Pythonを使用してSCI文献のPDFをMarkdownに変換する

これは以前文献レビューを書くときに、文献を整理するために作成した小さなツールで、SCI 文献の PDF を Markdown 形式に変換できます。こうすることで、Markdown エディタで文献を直接編集でき、整理、翻訳、執筆が便利になります。

具体的なコードは以下の通りです：

import requests
import random
import os
from concurrent.futures import ThreadPoolExecutor, as_completed
import scipdf
import string
from datetime import datetime

# カスタム例外、GROBIDサービスの例外処理用
class GROBID_OFFLINE_EXCEPTION(Exception):
    pass

class PDFToMarkdown:
    def __init__(self, input_path, grobid_urls=None):
        """
        PDFToMarkdownインスタンスを初期化します。

        Args:
            input_path (str): 処理するファイルまたはフォルダのパス。
            grobid_urls (list): オプション、GROBIDサーバーのURLリスト。
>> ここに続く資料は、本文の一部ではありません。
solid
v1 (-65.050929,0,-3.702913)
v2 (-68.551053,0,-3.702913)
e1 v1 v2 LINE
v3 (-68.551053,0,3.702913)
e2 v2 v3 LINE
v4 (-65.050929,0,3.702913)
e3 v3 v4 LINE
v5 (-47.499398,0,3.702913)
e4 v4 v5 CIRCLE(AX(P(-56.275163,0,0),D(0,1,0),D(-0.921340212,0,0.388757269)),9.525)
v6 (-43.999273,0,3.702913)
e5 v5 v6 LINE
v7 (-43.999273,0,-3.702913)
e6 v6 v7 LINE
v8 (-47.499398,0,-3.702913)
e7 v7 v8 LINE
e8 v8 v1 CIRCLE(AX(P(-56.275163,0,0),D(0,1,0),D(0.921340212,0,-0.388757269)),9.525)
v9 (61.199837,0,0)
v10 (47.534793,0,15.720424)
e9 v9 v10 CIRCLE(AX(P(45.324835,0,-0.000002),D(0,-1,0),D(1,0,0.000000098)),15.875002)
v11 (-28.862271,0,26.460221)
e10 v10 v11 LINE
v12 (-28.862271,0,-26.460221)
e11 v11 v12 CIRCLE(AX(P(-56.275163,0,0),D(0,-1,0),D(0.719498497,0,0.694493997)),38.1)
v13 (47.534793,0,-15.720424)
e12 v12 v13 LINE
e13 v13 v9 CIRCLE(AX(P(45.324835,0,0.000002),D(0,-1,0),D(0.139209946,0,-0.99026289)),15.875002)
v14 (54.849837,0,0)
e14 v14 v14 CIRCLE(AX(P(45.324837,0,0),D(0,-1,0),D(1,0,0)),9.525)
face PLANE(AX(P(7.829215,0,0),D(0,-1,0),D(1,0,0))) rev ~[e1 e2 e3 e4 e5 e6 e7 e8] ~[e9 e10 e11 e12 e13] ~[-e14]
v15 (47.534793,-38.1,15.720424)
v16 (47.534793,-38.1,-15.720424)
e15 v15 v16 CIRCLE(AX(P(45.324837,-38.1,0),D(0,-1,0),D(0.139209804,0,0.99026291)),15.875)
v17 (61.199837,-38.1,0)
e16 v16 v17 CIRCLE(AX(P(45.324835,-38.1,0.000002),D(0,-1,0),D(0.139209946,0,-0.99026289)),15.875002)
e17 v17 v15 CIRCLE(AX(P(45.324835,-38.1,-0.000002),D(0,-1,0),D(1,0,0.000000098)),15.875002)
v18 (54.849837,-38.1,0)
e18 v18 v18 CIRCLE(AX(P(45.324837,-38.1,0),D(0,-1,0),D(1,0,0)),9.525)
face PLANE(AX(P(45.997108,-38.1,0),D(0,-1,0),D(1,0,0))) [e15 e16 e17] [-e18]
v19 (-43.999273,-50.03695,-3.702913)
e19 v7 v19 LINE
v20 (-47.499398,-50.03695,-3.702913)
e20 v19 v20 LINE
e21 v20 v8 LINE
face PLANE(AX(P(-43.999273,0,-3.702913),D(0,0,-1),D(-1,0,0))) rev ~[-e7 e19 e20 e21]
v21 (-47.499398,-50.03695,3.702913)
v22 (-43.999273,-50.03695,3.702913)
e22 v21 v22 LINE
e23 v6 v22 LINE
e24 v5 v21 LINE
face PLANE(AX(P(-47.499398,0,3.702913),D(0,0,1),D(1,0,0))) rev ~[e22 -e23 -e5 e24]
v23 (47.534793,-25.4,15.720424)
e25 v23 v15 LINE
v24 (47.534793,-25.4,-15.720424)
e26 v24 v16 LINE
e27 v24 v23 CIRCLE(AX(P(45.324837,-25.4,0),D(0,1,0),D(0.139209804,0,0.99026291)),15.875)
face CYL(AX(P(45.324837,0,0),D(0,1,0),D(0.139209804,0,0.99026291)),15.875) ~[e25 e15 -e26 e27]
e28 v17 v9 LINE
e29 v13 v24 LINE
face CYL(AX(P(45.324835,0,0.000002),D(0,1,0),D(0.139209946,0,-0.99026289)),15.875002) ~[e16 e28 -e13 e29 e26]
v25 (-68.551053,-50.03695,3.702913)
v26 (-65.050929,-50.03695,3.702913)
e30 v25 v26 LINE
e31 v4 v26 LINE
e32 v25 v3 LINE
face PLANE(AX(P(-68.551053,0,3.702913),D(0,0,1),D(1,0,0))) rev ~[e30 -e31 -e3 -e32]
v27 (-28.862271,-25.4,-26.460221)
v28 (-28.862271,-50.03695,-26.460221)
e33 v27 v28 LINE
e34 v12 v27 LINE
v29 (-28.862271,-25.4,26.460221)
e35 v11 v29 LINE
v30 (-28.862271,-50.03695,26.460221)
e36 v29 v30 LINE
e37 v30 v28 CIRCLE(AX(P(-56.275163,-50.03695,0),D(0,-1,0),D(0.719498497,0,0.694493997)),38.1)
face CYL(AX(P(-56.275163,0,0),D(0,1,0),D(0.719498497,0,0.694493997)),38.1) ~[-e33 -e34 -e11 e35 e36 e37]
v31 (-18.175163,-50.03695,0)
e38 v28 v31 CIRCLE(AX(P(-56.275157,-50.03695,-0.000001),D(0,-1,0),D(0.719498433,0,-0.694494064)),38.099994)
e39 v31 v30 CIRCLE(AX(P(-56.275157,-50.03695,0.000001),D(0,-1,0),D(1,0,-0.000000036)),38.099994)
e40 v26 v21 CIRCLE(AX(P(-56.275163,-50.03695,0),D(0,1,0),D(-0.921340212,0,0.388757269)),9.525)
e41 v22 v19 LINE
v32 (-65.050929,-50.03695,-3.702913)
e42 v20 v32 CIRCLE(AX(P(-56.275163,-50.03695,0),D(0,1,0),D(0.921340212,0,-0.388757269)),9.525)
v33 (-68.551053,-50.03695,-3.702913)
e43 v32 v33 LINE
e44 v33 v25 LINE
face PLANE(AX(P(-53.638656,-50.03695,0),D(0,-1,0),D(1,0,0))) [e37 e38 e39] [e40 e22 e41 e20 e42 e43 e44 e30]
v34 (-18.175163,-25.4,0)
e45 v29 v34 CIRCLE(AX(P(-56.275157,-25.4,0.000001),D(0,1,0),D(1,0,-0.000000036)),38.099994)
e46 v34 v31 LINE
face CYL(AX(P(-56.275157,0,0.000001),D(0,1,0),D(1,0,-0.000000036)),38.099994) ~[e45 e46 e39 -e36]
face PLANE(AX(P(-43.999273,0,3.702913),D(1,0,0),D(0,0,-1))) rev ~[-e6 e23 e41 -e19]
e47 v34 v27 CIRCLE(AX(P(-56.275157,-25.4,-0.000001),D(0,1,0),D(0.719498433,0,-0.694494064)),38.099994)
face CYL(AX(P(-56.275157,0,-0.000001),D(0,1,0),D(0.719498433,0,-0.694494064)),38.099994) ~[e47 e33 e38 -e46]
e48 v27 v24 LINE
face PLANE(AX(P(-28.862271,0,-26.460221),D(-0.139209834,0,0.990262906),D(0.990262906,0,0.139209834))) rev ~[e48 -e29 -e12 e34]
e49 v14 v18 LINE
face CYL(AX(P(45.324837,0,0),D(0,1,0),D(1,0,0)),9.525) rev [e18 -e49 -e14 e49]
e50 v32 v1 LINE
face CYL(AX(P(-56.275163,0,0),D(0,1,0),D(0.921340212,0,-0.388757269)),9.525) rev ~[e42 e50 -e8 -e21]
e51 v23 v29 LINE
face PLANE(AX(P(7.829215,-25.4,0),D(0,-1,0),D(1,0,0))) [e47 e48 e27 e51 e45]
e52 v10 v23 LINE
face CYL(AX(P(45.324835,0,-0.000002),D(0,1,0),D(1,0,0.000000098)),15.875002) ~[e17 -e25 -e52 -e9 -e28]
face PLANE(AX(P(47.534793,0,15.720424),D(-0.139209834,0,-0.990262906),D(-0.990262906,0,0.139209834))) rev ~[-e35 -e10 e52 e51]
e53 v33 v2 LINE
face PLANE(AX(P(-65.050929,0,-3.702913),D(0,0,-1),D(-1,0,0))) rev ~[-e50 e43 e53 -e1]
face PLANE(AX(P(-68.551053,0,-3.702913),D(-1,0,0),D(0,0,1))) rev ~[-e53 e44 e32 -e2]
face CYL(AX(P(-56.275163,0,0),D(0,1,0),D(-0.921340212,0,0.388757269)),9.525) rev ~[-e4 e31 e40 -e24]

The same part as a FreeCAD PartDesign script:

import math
import FreeCAD as App
import Part
import Sketcher
from FreeCAD import Vector
Q = App.Units.Quantity

doc = App.newDocument("Part")
params = doc.addObject("Spreadsheet::Sheet", "Params")
for row, (alias, value) in enumerate([
    ("sketch1_radius", "1.5 in"),
    ("sketch1_diameter", "0.75 in"),
    ("sketch1_radius2", "0.6250001 in"),
    ("pad1_length", "1 in"),
    ("sketch2_radius", "1.5 in"),
    ("sketch2_radius2", "0.375 in"),
    ("pad2_length", "50.03695 mm"),
    ("sketch3_diameter", "0.75 in"),
    ("sketch3_radius", "0.6250001 in"),
    ("pad3_length", "1.5 in"),
], start=1):
    params.set(f"A{row}", alias)
    params.set(f"B{row}", "=" + value)
    params.setAlias(f"B{row}", alias)

body = doc.addObject("PartDesign::Body", "Body")

# Sketch on XZ plane
sketch1 = body.newObject("Sketcher::SketchObject", "Sketch")
sketch1.AttachmentSupport = (doc.getObject("XZ_Plane"), [""])
sketch1.MapMode = "FlatFace"
sketch1.addGeometry([
    Part.LineSegment(Vector(47.5, 15.7, 0), Vector(-28.9, 26.5, 0)),  # 0
    Part.ArcOfCircle(Part.Circle(Vector(-56.3, 0, 0), Vector(0, 0, 1), 38.1), math.radians(44), math.radians(316)),  # 1
    Part.LineSegment(Vector(-28.9, -26.5, 0), Vector(47.5, -15.7, 0)),  # 2
    Part.ArcOfCircle(Part.Circle(Vector(45.3, 0, 0), Vector(0, 0, 1), 15.9), math.radians(-82), math.radians(0)),  # 3
    Part.ArcOfCircle(Part.Circle(Vector(45.3, 0, 0), Vector(0, 0, 1), 15.9), math.radians(0), math.radians(82)),  # 4
    Part.LineSegment(Vector(-68.6, 3.7, 0), Vector(-65.1, 3.7, 0)),  # 5
    Part.ArcOfCircle(Part.Circle(Vector(-56.3, 0, 0), Vector(0, 0, 1), 9.5), math.radians(23), math.radians(157)),  # 6
    Part.LineSegment(Vector(-47.5, 3.7, 0), Vector(-44, 3.7, 0)),  # 7
    Part.LineSegment(Vector(-44, 3.7, 0), Vector(-44, -3.7, 0)),  # 8
    Part.LineSegment(Vector(-44, -3.7, 0), Vector(-47.5, -3.7, 0)),  # 9
    Part.ArcOfCircle(Part.Circle(Vector(-56.3, 0, 0), Vector(0, 0, 1), 9.5), math.radians(-157), math.radians(-23)),  # 10
    Part.LineSegment(Vector(-65.1, -3.7, 0), Vector(-68.6, -3.7, 0)),  # 11
    Part.LineSegment(Vector(-68.6, -3.7, 0), Vector(-68.6, 3.7, 0)),  # 12
    Part.Circle(Vector(45.3, 0, 0), Vector(0, 0, 1), 9.5),  # 13
], False)
sketch1.addConstraint([
    Sketcher.Constraint("Coincident", 0, 2, 1, 1),
    Sketcher.Constraint("Coincident", 1, 2, 2, 1),
    Sketcher.Constraint("Tangent", 2, 2, 3, 1),
    Sketcher.Constraint("Tangent", 3, 2, 4, 1),
    Sketcher.Constraint("Tangent", 4, 2, 0, 1),
    Sketcher.Constraint("Coincident", 5, 2, 6, 2),
    Sketcher.Constraint("Coincident", 6, 1, 7, 1),
    Sketcher.Constraint("Coincident", 7, 2, 8, 1),
    Sketcher.Constraint("Coincident", 8, 2, 9, 1),
    Sketcher.Constraint("Coincident", 9, 2, 10, 2),
    Sketcher.Constraint("Coincident", 10, 1, 11, 1),
    Sketcher.Constraint("Coincident", 11, 2, 12, 1),
    Sketcher.Constraint("Coincident", 12, 2, 5, 1),
    Sketcher.Constraint("Horizontal", 5),
    Sketcher.Constraint("Horizontal", 7),
    Sketcher.Constraint("Vertical", 8),
    Sketcher.Constraint("Horizontal", 9),
    Sketcher.Constraint("Horizontal", 11),
    Sketcher.Constraint("Vertical", 12),
    Sketcher.Constraint("Coincident", 6, 3, 1, 3),
    Sketcher.Constraint("Coincident", 10, 3, 1, 3),
    Sketcher.Constraint("Coincident", 13, 3, 3, 3),
    Sketcher.Constraint("Equal", 3, 4),
    Sketcher.Constraint("Equal", 6, 10),
    Sketcher.Constraint("Equal", 10, 13),
    Sketcher.Constraint("Symmetric", 0, 2, 1, 2, -1),
    Sketcher.Constraint("PointOnObject", 3, 3, -1),
    Sketcher.Constraint("PointOnObject", 3, 2, -1),
    Sketcher.Constraint("Horizontal", 5, 2, 6, 1),
    Sketcher.Constraint("Horizontal", 9, 2, 10, 1),
    Sketcher.Constraint("Vertical", 6, 1, 9, 2),
    Sketcher.Constraint("Equal", 5, 7),
    Sketcher.Constraint("Radius", 1, Q("1.5 in")),
    Sketcher.Constraint("Diameter", 13, Q("0.75 in")),
    Sketcher.Constraint("Radius", 3, Q("0.6250001 in")),
    Sketcher.Constraint("DistanceX", 1, 3, 3, 3, Q("3.9999999 in")),
    Sketcher.Constraint("DistanceX", 5, 1, 5, 2, Q("0.1378002 in")),
    Sketcher.Constraint("DistanceY", 8, 2, 8, 1, Q("7.405826 mm")),
    Sketcher.Constraint("DistanceX", 0, 2, -1, 1, Q("28.862271 mm")),
    Sketcher.Constraint("DistanceY", -1, 1, 0, 2, Q("26.460221 mm")),
])
sketch1.setExpression("Constraints[32]", "Params.sketch1_radius")
sketch1.setExpression("Constraints[33]", "Params.sketch1_diameter")
sketch1.setExpression("Constraints[34]", "Params.sketch1_radius2")
pad1 = body.newObject("PartDesign::Pad", "Pad")
pad1.Profile = sketch1
pad1.setExpression("Length", "Params.pad1_length")

# Sketch on XZ plane
sketch2 = body.newObject("Sketcher::SketchObject", "Sketch001")
sketch2.AttachmentSupport = (doc.getObject("XZ_Plane"), [""])
sketch2.MapMode = "FlatFace"
sketch2.addGeometry([
    Part.ArcOfCircle(Part.Circle(Vector(-56.3, 0, 0), Vector(0, 0, 1), 38.1), math.radians(-44), math.radians(0)),  # 0
    Part.ArcOfCircle(Part.Circle(Vector(-56.3, 0, 0), Vector(0, 0, 1), 38.1), math.radians(0), math.radians(44)),  # 1
    Part.ArcOfCircle(Part.Circle(Vector(-56.3, 0, 0), Vector(0, 0, 1), 38.1), math.radians(44), math.radians(316)),  # 2
    Part.LineSegment(Vector(-68.6, 3.7, 0), Vector(-65.1, 3.7, 0)),  # 3
    Part.ArcOfCircle(Part.Circle(Vector(-56.3, 0, 0), Vector(0, 0, 1), 9.5), math.radians(23), math.radians(157)),  # 4
    Part.LineSegment(Vector(-47.5, 3.7, 0), Vector(-44, 3.7, 0)),  # 5
    Part.LineSegment(Vector(-44, 3.7, 0), Vector(-44, -3.7, 0)),  # 6
    Part.LineSegment(Vector(-44, -3.7, 0), Vector(-47.5, -3.7, 0)),  # 7
    Part.ArcOfCircle(Part.Circle(Vector(-56.3, 0, 0), Vector(0, 0, 1), 9.5), math.radians(-157), math.radians(-23)),  # 8
    Part.LineSegment(Vector(-65.1, -3.7, 0), Vector(-68.6, -3.7, 0)),  # 9
    Part.LineSegment(Vector(-68.6, -3.7, 0), Vector(-68.6, 3.7, 0)),  # 10
], False)
sketch2.addConstraint([
    Sketcher.Constraint("Tangent", 0, 2, 1, 1),
    Sketcher.Constraint("Tangent", 1, 2, 2, 1),
    Sketcher.Constraint("Tangent", 2, 2, 0, 1),
    Sketcher.Constraint("Coincident", 3, 2, 4, 2),
    Sketcher.Constraint("Coincident", 4, 1, 5, 1),
    Sketcher.Constraint("Coincident", 5, 2, 6, 1),
    Sketcher.Constraint("Coincident", 6, 2, 7, 1),
    Sketcher.Constraint("Coincident", 7, 2, 8, 2),
    Sketcher.Constraint("Coincident", 8, 1, 9, 1),
    Sketcher.Constraint("Coincident", 9, 2, 10, 1),
    Sketcher.Constraint("Coincident", 10, 2, 3, 1),
    Sketcher.Constraint("Horizontal", 3),
    Sketcher.Constraint("Horizontal", 5),
    Sketcher.Constraint("Vertical", 6),
    Sketcher.Constraint("Horizontal", 7),
    Sketcher.Constraint("Horizontal", 9),
    Sketcher.Constraint("Vertical", 10),
    Sketcher.Constraint("Coincident", 4, 3, 0, 3),
    Sketcher.Constraint("Coincident", 8, 3, 0, 3),
    Sketcher.Constraint("Equal", 4, 8),
    Sketcher.Constraint("Symmetric", 1, 2, 2, 2, -1),
    Sketcher.Constraint("PointOnObject", 0, 2, -1),
    Sketcher.Constraint("Horizontal", 3, 2, 4, 1),
    Sketcher.Constraint("Horizontal", 7, 2, 8, 1),
    Sketcher.Constraint("Vertical", 4, 1, 7, 2),
    Sketcher.Constraint("Equal", 3, 5),
    Sketcher.Constraint("Radius", 2, Q("1.5 in")),
    Sketcher.Constraint("Radius", 4, Q("0.375 in")),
デフォルトのURLリストを使用します。
        """
        self.input_path = input_path
        # カスタムGROBIDサーバーを使用、なければデフォルトサーバーを使用
        self.grobid_urls = grobid_urls if grobid_urls is not None else [
            "https://qingxu98-grobid.hf.space",
            "https://qingxu98-grobid2.hf.space",
            # ... (他のサーバーURL)
            "https://qingxu98-grobid8.hf.space",
        ]

    def get_avail_grobid_url(self):
        """利用可能なGROBIDサーバーのURLを取得します"""
        if not self.grobid_urls:
            return None

        while self.grobid_urls:
            _grobid_url = random.choice(self.grobid_urls)  # ランダムにGROBID URLを選択
            if _grobid_url.endswith('/'):
                _grobid_url = _grobid_url.rstrip('/')
            try:
                # サーバーがオンラインか確認
                res = requests.get(f"{_grobid_url}/api/isalive", timeout=5)
                if res.text == 'true':
                    return _grobid_url  # 利用可能なURLを返す
            except (requests.ConnectionError, requests.Timeout):
                # 接続エラーまたはタイムアウトの場合、このURLをリストから削除
                self.grobid_urls.remove(_grobid_url)
        return None  # 利用可能なサーバーがない場合、Noneを返す

    @staticmethod
    def dict_to_markdown(article_json):
        """記事の辞書をMarkdown形式の文字列に変換します"""
        markdown_lines = []
        markdown_lines.append(f"# {article_json.get('title', '無題')} \n")  # タイトル
        markdown_lines.append(f"> doi:{article_json.get('doi', '')} \n")  # DOI
        markdown_lines.append(f"+ authors\n{article_json.get('authors', ['無作者'])}  \n")  # 著者
        markdown_lines.append(f"+ abstract\n{article_json.get('abstract', '無要約')}  \n")  # 要約

        # 各章の内容を処理
        if 'sections' in article_json:
            for section in article_json['sections']:
                markdown_lines.append(f"+ {section['heading']}\n{section['text']}\n")  # 章のタイトルと内容

        return "\n".join(markdown_lines)  # 結合されたMarkdown文字列を返す

    @staticmethod
    def save_markdown_file(filename, content):
        """内容をMarkdownファイルに書き込みます"""
        with open(filename, 'w', encoding='utf-8') as f:
            f.write(content)  # 内容をファイルに書き込む

    def parse_pdf(self, pdf_path, grobid_url):
        """単一のPDFファイルを解析し、記事の辞書を返します"""
        if not os.path.isfile(pdf_path):
            raise FileNotFoundError(f"指定されたパスにPDFファイルが見つかりません: {pdf_path}")  # ファイルの存在を確認

        if grobid_url.endswith('/'):
            grobid_url = grobid_url.rstrip('/')

        try:
            # GROBIDを使用してPDFを解析
            return scipdf.parse_pdf_to_dict(pdf_path, grobid_url=grobid_url)
        except GROBID_OFFLINE_EXCEPTION:
            raise GROBID_OFFLINE_EXCEPTION("GROBIDサービスが利用できません。設定のGROBID_URLを確認してください。")
        except RuntimeError:
            raise RuntimeError("PDFの解析に失敗しました。PDFが破損していないか確認してください。")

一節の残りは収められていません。